(Beginning of Exercise inputs)
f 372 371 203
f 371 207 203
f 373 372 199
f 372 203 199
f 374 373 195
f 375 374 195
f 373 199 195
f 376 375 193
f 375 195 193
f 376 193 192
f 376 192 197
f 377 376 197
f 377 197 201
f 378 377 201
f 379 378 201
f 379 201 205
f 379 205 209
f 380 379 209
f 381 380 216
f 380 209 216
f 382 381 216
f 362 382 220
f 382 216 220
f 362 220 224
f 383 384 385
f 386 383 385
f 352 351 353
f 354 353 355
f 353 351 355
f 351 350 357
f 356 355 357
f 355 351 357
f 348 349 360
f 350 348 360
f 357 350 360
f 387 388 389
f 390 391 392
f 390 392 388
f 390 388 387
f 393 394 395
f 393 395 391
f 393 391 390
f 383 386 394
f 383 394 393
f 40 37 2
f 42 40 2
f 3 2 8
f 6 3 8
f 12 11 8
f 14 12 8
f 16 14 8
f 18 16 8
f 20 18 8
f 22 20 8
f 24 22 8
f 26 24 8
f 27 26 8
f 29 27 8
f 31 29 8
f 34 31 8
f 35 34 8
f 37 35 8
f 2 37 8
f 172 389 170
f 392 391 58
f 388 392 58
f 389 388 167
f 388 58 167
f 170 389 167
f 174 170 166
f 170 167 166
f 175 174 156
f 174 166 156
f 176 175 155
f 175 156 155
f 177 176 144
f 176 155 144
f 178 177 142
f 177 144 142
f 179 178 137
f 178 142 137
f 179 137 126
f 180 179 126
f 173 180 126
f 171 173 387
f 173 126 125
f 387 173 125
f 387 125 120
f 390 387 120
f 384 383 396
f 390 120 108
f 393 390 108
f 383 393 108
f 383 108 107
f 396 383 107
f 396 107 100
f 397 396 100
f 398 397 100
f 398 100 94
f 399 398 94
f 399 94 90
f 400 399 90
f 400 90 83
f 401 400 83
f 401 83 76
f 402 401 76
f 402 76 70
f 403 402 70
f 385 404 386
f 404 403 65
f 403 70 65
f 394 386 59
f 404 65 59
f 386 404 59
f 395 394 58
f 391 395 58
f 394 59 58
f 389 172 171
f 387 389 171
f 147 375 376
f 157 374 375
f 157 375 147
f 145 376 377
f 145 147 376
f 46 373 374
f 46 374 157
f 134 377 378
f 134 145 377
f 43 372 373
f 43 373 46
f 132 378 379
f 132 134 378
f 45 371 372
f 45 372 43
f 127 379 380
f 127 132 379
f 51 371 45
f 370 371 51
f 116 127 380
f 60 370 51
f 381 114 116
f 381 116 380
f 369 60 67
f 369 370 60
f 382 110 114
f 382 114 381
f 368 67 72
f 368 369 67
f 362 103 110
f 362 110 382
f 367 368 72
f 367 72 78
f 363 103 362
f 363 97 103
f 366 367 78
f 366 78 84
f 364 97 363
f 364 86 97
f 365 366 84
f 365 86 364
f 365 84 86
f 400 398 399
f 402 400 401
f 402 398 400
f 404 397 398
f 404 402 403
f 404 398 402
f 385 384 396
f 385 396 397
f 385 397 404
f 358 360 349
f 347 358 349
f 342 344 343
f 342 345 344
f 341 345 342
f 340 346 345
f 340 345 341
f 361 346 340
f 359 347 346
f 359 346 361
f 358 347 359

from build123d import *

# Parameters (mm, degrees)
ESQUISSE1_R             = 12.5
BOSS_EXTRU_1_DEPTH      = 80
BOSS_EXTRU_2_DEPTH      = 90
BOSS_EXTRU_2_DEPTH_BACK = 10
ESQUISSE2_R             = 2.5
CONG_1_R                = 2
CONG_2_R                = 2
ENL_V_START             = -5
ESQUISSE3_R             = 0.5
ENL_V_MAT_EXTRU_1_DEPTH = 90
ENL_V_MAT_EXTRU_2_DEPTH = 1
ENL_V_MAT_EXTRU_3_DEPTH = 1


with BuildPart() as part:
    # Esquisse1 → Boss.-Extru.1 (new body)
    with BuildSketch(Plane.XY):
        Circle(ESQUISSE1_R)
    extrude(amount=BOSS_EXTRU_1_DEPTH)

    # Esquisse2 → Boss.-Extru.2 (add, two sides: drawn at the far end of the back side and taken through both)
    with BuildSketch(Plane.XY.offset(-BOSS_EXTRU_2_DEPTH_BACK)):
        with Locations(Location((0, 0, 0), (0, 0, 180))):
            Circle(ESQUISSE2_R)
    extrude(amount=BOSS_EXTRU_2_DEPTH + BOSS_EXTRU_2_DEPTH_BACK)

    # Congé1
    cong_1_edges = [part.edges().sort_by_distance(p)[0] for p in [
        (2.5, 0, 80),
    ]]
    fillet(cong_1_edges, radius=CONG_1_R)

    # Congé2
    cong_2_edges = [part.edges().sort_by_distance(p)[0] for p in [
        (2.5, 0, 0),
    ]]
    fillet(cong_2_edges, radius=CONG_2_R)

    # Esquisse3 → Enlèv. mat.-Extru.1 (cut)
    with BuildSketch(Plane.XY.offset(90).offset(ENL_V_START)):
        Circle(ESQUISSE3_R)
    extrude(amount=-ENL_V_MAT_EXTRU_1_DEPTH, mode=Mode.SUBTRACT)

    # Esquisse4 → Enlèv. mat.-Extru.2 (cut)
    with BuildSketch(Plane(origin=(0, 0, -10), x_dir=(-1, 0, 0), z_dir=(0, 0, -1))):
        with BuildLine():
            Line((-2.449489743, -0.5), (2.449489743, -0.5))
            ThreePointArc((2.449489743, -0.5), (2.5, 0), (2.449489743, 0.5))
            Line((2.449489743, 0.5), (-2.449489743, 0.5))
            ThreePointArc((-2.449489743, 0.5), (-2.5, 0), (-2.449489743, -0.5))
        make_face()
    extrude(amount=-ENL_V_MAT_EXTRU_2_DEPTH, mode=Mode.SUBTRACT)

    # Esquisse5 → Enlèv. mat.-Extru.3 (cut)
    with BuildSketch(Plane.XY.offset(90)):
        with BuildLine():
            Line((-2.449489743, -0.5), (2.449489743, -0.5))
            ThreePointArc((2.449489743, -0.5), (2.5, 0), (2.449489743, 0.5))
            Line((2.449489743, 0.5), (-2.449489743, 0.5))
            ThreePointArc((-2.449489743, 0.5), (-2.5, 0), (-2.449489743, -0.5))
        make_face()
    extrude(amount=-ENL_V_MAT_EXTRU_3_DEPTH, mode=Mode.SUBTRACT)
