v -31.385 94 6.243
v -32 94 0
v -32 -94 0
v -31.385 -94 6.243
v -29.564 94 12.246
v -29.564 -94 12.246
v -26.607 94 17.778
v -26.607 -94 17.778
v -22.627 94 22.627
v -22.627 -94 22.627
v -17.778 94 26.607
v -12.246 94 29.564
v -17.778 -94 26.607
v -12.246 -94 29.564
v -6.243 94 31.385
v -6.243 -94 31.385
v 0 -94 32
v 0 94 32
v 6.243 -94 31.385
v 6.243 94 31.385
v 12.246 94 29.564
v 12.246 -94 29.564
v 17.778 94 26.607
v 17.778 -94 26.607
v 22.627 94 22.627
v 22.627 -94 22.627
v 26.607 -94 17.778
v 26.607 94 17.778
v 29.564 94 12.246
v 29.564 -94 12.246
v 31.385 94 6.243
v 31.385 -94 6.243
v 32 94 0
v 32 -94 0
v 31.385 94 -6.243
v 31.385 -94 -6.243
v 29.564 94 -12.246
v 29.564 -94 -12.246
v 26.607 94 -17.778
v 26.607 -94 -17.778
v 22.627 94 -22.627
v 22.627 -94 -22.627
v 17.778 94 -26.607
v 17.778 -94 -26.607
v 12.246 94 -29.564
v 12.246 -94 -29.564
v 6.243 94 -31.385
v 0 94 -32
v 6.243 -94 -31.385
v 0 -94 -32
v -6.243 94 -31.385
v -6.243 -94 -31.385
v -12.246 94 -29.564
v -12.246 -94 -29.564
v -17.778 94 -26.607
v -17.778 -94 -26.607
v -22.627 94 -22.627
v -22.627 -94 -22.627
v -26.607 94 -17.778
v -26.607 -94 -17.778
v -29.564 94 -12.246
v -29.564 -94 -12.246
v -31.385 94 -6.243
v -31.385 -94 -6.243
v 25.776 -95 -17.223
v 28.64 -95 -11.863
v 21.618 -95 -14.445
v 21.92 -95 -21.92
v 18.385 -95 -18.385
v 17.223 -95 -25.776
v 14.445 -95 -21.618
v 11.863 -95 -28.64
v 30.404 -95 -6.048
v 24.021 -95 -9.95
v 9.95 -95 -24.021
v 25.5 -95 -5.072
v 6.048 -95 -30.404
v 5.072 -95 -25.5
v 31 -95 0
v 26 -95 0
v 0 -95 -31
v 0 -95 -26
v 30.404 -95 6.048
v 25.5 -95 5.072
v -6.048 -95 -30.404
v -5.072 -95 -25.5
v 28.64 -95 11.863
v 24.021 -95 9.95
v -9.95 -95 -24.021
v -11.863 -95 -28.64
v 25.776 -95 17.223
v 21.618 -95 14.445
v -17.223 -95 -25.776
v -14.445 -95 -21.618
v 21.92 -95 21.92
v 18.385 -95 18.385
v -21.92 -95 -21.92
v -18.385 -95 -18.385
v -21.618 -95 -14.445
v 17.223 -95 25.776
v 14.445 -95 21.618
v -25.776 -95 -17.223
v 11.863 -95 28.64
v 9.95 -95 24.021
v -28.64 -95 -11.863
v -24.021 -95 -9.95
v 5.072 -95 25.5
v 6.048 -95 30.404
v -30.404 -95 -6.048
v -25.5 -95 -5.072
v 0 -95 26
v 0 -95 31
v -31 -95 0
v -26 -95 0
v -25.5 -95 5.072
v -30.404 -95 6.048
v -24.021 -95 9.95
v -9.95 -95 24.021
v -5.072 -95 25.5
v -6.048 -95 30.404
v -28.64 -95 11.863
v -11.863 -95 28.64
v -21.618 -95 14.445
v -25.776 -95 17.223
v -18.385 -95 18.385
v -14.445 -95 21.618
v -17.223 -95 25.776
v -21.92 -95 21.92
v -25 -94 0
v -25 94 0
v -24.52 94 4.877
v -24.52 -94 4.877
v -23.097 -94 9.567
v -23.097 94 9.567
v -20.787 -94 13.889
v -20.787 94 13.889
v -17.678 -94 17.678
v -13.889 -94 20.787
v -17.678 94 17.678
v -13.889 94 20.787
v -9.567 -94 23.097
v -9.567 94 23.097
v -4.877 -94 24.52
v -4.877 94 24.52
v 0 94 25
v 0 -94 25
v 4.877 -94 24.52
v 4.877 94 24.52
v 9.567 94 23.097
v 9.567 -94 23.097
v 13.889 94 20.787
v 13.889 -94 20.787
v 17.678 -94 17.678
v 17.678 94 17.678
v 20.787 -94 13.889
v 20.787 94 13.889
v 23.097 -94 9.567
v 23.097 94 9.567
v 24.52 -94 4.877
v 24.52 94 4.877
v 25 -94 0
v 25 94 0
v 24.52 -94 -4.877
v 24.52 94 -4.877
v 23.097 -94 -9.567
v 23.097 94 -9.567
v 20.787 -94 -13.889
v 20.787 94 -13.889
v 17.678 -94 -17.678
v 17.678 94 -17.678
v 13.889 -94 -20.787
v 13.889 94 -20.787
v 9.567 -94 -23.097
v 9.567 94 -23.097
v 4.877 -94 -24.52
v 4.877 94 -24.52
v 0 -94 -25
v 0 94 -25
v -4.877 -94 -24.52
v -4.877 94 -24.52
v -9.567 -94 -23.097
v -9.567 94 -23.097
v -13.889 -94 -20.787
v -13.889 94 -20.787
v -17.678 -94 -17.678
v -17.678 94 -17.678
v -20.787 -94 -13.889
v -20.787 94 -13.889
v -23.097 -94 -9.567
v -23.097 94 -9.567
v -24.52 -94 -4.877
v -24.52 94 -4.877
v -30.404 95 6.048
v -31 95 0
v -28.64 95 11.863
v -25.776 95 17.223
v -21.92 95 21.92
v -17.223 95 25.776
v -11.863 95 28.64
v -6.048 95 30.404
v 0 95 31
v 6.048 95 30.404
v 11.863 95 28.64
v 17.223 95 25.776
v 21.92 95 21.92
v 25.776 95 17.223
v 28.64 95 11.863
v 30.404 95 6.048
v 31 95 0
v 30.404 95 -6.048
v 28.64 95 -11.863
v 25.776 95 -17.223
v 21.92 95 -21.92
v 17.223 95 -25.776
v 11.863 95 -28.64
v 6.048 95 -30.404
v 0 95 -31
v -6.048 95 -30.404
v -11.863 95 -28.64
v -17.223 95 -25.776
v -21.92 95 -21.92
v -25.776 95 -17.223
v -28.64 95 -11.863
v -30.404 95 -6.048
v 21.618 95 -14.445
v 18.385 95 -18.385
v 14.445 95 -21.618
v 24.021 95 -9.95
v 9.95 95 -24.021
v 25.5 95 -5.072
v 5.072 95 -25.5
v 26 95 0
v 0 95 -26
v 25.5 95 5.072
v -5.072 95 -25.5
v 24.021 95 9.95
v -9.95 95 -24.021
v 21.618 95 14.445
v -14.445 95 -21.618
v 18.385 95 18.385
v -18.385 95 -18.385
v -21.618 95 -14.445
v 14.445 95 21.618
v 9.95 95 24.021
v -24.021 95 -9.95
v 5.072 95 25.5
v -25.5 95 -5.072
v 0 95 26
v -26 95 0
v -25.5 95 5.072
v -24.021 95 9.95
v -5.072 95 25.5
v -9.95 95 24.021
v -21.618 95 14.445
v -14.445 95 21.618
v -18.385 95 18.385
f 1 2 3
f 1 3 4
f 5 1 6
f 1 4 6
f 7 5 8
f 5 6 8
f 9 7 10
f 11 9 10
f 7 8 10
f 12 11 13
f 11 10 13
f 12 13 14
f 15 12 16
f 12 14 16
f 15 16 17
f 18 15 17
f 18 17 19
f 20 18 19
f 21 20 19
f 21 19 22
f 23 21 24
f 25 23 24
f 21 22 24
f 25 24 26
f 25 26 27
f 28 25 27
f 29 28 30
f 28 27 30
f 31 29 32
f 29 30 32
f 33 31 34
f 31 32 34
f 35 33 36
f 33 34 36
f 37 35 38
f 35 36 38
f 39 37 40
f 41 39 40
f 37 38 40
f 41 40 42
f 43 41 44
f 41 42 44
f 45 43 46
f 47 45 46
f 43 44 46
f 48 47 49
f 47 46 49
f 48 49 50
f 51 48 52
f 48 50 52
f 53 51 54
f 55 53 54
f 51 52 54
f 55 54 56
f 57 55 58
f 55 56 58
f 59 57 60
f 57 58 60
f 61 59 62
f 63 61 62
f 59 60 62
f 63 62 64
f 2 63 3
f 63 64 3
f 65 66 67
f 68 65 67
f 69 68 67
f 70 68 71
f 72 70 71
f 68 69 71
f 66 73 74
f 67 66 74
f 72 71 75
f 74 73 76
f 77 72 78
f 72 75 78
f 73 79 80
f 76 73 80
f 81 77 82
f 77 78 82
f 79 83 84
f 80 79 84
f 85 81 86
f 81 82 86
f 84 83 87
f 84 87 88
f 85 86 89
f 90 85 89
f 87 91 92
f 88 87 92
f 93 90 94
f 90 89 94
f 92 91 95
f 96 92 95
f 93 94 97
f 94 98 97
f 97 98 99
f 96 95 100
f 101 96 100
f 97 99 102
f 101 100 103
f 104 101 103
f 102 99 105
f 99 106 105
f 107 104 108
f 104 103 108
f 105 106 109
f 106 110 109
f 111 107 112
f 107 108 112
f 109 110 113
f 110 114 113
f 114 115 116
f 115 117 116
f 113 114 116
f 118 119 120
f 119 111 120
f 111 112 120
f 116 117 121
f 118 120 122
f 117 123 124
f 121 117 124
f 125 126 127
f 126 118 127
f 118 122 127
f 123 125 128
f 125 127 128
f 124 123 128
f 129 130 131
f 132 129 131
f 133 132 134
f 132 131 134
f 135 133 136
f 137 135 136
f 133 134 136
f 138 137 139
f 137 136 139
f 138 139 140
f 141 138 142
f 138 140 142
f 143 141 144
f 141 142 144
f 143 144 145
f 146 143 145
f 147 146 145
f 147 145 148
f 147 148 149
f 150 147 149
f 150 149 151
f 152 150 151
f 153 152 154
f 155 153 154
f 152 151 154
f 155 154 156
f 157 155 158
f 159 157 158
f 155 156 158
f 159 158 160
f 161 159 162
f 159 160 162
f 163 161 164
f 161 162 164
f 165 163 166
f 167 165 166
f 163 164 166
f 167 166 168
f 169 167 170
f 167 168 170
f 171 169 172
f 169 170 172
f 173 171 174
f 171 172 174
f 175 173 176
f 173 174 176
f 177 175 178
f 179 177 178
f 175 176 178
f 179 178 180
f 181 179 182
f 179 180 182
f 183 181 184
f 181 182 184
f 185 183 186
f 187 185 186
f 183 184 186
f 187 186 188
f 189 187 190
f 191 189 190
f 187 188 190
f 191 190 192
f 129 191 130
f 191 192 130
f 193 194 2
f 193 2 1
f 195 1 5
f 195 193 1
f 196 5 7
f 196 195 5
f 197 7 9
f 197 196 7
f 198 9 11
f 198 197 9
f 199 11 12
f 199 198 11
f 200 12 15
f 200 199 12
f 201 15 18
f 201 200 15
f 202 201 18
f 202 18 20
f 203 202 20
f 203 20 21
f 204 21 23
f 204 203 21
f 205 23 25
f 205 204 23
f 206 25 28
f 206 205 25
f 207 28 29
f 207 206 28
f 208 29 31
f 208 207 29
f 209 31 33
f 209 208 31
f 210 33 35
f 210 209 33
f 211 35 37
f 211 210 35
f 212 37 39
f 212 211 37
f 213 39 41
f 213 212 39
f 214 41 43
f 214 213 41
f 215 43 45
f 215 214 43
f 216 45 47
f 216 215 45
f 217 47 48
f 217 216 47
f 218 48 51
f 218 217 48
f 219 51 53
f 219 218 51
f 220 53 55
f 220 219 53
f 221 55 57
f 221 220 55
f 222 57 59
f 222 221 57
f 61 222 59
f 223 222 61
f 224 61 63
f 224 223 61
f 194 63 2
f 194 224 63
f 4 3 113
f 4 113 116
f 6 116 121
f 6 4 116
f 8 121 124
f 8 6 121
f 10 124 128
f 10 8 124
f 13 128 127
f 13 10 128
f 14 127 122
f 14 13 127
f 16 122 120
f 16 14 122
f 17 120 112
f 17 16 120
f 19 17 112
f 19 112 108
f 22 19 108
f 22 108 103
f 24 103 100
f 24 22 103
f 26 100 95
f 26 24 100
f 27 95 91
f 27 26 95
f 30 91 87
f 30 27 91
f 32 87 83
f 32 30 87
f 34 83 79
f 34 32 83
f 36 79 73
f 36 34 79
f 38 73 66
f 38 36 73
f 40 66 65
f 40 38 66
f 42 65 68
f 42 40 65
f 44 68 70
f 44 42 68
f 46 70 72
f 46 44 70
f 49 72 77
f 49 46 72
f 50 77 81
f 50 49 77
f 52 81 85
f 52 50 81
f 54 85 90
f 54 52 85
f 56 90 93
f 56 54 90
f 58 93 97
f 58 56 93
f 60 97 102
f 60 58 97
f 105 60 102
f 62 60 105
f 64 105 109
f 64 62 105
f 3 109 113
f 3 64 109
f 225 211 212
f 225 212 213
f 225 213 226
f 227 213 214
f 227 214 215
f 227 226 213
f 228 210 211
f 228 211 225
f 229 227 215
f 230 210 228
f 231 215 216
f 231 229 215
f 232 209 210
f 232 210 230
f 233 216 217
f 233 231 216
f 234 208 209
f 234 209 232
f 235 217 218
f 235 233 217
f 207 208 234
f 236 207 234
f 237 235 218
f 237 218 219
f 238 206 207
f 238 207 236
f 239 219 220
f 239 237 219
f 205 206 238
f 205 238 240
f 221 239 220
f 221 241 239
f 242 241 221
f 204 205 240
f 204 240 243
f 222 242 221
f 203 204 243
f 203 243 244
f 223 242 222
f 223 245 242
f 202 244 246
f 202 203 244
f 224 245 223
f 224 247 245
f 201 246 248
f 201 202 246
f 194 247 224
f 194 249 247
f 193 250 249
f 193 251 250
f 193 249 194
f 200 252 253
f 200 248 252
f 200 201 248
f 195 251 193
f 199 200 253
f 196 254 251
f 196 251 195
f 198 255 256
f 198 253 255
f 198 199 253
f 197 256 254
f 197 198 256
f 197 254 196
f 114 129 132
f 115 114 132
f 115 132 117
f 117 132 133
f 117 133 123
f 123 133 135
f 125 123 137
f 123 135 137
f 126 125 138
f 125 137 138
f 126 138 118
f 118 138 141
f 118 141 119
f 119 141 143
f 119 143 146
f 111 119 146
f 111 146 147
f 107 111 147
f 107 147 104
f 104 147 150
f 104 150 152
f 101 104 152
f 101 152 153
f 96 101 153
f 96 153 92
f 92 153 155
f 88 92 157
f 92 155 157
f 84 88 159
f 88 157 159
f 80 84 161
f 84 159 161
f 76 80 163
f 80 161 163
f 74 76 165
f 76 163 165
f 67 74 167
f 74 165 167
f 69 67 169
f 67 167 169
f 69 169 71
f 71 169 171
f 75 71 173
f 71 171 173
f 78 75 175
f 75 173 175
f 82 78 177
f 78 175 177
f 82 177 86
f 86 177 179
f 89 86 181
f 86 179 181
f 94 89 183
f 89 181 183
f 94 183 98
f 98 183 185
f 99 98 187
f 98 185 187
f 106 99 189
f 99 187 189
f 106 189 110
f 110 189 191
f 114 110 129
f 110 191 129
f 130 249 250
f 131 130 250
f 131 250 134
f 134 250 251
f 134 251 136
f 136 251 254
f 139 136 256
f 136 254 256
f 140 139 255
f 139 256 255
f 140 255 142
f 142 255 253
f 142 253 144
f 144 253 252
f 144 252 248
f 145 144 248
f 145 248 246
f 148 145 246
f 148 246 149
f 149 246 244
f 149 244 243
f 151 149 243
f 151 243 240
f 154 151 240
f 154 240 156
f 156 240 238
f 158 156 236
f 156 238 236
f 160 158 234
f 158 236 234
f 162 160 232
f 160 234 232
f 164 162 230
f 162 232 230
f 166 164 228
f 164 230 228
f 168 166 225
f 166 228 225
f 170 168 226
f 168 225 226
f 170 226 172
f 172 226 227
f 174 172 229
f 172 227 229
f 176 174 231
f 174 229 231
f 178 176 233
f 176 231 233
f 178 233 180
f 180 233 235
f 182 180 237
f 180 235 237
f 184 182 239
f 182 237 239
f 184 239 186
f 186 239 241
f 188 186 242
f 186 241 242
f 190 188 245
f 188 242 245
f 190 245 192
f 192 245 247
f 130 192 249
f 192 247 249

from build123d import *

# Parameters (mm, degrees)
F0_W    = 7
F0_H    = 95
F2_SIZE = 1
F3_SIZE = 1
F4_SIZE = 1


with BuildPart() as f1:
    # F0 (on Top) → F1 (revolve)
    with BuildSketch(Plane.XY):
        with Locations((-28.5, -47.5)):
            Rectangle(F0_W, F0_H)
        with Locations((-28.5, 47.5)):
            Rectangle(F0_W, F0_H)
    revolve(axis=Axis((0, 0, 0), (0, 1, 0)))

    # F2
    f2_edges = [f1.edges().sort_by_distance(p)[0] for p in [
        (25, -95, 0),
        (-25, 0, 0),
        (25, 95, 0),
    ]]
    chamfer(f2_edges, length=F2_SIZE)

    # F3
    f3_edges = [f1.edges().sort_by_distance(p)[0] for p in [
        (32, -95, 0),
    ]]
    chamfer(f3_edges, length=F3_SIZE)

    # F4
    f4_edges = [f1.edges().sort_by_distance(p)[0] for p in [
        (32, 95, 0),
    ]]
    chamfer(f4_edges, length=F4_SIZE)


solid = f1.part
(End of Exercise inputs)
What you need to do:
The response must consist of the lines above, from the first one through the line containing "f 157 374 375", reproduced exactly.

Exercise response:
f 372 371 203
f 371 207 203
f 373 372 199
f 372 203 199
f 374 373 195
f 375 374 195
f 373 199 195
f 376 375 193
f 375 195 193
f 376 193 192
f 376 192 197
f 377 376 197
f 377 197 201
f 378 377 201
f 379 378 201
f 379 201 205
f 379 205 209
f 380 379 209
f 381 380 216
f 380 209 216
f 382 381 216
f 362 382 220
f 382 216 220
f 362 220 224
f 383 384 385
f 386 383 385
f 352 351 353
f 354 353 355
f 353 351 355
f 351 350 357
f 356 355 357
f 355 351 357
f 348 349 360
f 350 348 360
f 357 350 360
f 387 388 389
f 390 391 392
f 390 392 388
f 390 388 387
f 393 394 395
f 393 395 391
f 393 391 390
f 383 386 394
f 383 394 393
f 40 37 2
f 42 40 2
f 3 2 8
f 6 3 8
f 12 11 8
f 14 12 8
f 16 14 8
f 18 16 8
f 20 18 8
f 22 20 8
f 24 22 8
f 26 24 8
f 27 26 8
f 29 27 8
f 31 29 8
f 34 31 8
f 35 34 8
f 37 35 8
f 2 37 8
f 172 389 170
f 392 391 58
f 388 392 58
f 389 388 167
f 388 58 167
f 170 389 167
f 174 170 166
f 170 167 166
f 175 174 156
f 174 166 156
f 176 175 155
f 175 156 155
f 177 176 144
f 176 155 144
f 178 177 142
f 177 144 142
f 179 178 137
f 178 142 137
f 179 137 126
f 180 179 126
f 173 180 126
f 171 173 387
f 173 126 125
f 387 173 125
f 387 125 120
f 390 387 120
f 384 383 396
f 390 120 108
f 393 390 108
f 383 393 108
f 383 108 107
f 396 383 107
f 396 107 100
f 397 396 100
f 398 397 100
f 398 100 94
f 399 398 94
f 399 94 90
f 400 399 90
f 400 90 83
f 401 400 83
f 401 83 76
f 402 401 76
f 402 76 70
f 403 402 70
f 385 404 386
f 404 403 65
f 403 70 65
f 394 386 59
f 404 65 59
f 386 404 59
f 395 394 58
f 391 395 58
f 394 59 58
f 389 172 171
f 387 389 171
f 147 375 376
f 157 374 375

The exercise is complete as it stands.